> YOUR ASSIGNMENT:
I'd like an exact copy of every line from the start of the entries below through the line containing "f 239 11 10", please.

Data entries
........
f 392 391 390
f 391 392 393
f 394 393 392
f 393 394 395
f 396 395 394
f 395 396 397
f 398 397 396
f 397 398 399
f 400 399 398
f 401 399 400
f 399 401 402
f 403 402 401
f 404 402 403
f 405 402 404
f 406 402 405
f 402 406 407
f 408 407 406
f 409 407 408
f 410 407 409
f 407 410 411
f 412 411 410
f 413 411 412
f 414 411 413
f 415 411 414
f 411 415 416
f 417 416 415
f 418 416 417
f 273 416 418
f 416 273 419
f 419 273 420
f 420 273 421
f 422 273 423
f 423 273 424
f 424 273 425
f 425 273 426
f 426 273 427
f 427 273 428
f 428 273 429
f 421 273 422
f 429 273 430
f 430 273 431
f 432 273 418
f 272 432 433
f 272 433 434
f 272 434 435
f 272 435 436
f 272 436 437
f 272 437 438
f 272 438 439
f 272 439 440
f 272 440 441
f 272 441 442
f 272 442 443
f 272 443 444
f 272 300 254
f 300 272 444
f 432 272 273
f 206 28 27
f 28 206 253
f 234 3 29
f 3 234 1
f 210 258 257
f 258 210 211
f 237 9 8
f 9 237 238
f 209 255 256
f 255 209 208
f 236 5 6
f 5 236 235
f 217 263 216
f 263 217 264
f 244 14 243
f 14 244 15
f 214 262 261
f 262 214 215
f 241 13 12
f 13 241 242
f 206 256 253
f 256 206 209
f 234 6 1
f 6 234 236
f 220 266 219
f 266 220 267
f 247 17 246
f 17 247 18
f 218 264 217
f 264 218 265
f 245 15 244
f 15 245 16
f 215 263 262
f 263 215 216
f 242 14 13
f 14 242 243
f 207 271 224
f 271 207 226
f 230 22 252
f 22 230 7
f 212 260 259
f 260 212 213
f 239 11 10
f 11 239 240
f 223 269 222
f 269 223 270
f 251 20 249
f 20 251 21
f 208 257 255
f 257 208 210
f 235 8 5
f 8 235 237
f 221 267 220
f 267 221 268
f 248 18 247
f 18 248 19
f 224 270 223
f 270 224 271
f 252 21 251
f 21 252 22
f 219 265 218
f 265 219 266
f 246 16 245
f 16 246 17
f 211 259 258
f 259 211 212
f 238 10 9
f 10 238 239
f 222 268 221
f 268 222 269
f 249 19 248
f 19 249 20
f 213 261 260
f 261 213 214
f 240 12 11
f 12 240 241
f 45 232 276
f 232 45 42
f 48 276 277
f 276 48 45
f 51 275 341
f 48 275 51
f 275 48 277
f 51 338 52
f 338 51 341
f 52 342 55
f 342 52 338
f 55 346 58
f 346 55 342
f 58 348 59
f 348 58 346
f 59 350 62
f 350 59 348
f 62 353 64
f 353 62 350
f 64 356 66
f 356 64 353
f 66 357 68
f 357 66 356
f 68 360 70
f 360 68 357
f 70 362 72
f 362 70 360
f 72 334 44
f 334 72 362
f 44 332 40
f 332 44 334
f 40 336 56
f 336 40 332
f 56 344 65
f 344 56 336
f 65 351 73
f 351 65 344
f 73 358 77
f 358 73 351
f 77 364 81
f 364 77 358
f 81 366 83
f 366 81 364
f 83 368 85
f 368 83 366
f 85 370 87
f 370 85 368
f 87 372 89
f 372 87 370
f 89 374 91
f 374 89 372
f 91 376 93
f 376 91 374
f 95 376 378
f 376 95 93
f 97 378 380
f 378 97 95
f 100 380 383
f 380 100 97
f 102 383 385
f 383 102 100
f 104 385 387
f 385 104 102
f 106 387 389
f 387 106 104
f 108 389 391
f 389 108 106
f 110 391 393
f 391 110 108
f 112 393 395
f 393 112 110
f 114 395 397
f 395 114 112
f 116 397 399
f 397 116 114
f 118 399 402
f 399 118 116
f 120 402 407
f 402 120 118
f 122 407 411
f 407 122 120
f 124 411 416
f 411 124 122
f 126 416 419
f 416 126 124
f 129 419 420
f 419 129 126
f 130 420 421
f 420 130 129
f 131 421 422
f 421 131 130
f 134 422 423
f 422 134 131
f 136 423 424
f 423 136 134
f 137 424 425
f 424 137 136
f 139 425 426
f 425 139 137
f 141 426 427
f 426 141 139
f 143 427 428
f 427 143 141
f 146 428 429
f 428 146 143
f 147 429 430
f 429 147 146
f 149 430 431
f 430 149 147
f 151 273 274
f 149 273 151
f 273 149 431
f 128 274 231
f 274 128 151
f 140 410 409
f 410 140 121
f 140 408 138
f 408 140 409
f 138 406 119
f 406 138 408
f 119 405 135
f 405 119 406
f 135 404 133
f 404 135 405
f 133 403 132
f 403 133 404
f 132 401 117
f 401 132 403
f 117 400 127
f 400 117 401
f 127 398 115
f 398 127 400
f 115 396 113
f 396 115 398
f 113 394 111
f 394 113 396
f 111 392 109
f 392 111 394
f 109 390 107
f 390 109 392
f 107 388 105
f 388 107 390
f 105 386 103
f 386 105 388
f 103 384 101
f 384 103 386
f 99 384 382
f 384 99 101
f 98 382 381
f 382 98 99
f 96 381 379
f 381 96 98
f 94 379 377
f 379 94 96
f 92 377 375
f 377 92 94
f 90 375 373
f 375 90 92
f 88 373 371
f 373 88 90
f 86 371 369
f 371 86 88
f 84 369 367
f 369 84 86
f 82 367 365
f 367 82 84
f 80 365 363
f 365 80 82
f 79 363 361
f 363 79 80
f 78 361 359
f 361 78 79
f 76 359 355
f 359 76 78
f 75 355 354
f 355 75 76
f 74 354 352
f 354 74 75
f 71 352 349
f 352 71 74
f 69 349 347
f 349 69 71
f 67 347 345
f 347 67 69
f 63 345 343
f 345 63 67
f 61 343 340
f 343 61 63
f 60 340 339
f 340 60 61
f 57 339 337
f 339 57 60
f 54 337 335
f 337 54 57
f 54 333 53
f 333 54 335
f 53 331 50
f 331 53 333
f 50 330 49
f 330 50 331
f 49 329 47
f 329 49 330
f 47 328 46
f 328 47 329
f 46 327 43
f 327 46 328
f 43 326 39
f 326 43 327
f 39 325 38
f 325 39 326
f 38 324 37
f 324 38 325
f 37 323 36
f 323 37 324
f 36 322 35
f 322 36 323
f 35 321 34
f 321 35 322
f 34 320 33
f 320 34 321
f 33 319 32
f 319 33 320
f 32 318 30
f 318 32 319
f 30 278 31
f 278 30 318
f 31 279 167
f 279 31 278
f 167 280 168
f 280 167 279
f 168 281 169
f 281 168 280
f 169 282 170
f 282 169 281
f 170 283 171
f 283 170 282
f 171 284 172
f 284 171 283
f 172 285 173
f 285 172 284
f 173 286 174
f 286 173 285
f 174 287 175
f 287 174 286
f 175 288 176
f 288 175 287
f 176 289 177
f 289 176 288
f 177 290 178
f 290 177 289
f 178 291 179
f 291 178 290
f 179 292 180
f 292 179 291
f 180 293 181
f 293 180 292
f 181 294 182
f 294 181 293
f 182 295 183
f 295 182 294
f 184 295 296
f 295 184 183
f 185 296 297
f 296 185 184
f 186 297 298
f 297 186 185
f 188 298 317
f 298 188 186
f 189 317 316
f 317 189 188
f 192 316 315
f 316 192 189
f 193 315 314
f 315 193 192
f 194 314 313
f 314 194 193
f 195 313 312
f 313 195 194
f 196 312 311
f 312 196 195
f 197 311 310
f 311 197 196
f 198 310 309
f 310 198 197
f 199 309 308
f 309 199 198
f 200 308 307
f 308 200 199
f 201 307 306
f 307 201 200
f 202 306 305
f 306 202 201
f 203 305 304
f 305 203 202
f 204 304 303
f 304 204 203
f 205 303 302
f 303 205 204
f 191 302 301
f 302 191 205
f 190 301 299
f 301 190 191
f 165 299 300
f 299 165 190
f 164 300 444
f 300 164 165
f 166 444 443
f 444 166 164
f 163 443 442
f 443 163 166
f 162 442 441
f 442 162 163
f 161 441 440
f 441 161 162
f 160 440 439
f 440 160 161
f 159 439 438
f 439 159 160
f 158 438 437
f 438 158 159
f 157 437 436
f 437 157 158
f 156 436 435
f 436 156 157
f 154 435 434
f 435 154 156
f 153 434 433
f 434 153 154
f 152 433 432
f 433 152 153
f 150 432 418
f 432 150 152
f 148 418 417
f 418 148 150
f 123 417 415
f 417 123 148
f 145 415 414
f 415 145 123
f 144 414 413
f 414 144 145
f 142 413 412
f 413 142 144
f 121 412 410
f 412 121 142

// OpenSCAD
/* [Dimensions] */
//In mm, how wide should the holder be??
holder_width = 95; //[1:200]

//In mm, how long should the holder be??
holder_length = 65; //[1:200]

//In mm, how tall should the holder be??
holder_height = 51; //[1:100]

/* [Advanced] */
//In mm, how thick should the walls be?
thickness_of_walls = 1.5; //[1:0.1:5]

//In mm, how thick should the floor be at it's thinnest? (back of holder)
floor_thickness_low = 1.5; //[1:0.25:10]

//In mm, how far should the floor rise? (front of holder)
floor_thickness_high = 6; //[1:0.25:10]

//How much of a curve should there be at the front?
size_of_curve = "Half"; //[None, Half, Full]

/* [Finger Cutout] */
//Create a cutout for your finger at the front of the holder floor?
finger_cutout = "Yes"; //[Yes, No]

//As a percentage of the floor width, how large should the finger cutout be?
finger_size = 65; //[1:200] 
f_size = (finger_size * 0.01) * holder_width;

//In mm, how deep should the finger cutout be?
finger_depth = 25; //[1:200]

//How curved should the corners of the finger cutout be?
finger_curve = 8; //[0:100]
........
> ANSWER FOR THE TASK:
f 392 391 390
f 391 392 393
f 394 393 392
f 393 394 395
f 396 395 394
f 395 396 397
f 398 397 396
f 397 398 399
f 400 399 398
f 401 399 400
f 399 401 402
f 403 402 401
f 404 402 403
f 405 402 404
f 406 402 405
f 402 406 407
f 408 407 406
f 409 407 408
f 410 407 409
f 407 410 411
f 412 411 410
f 413 411 412
f 414 411 413
f 415 411 414
f 411 415 416
f 417 416 415
f 418 416 417
f 273 416 418
f 416 273 419
f 419 273 420
f 420 273 421
f 422 273 423
f 423 273 424
f 424 273 425
f 425 273 426
f 426 273 427
f 427 273 428
f 428 273 429
f 421 273 422
f 429 273 430
f 430 273 431
f 432 273 418
f 272 432 433
f 272 433 434
f 272 434 435
f 272 435 436
f 272 436 437
f 272 437 438
f 272 438 439
f 272 439 440
f 272 440 441
f 272 441 442
f 272 442 443
f 272 443 444
f 272 300 254
f 300 272 444
f 432 272 273
f 206 28 27
f 28 206 253
f 234 3 29
f 3 234 1
f 210 258 257
f 258 210 211
f 237 9 8
f 9 237 238
f 209 255 256
f 255 209 208
f 236 5 6
f 5 236 235
f 217 263 216
f 263 217 264
f 244 14 243
f 14 244 15
f 214 262 261
f 262 214 215
f 241 13 12
f 13 241 242
f 206 256 253
f 256 206 209
f 234 6 1
f 6 234 236
f 220 266 219
f 266 220 267
f 247 17 246
f 17 247 18
f 218 264 217
f 264 218 265
f 245 15 244
f 15 245 16
f 215 263 262
f 263 215 216
f 242 14 13
f 14 242 243
f 207 271 224
f 271 207 226
f 230 22 252
f 22 230 7
f 212 260 259
f 260 212 213
f 239 11 10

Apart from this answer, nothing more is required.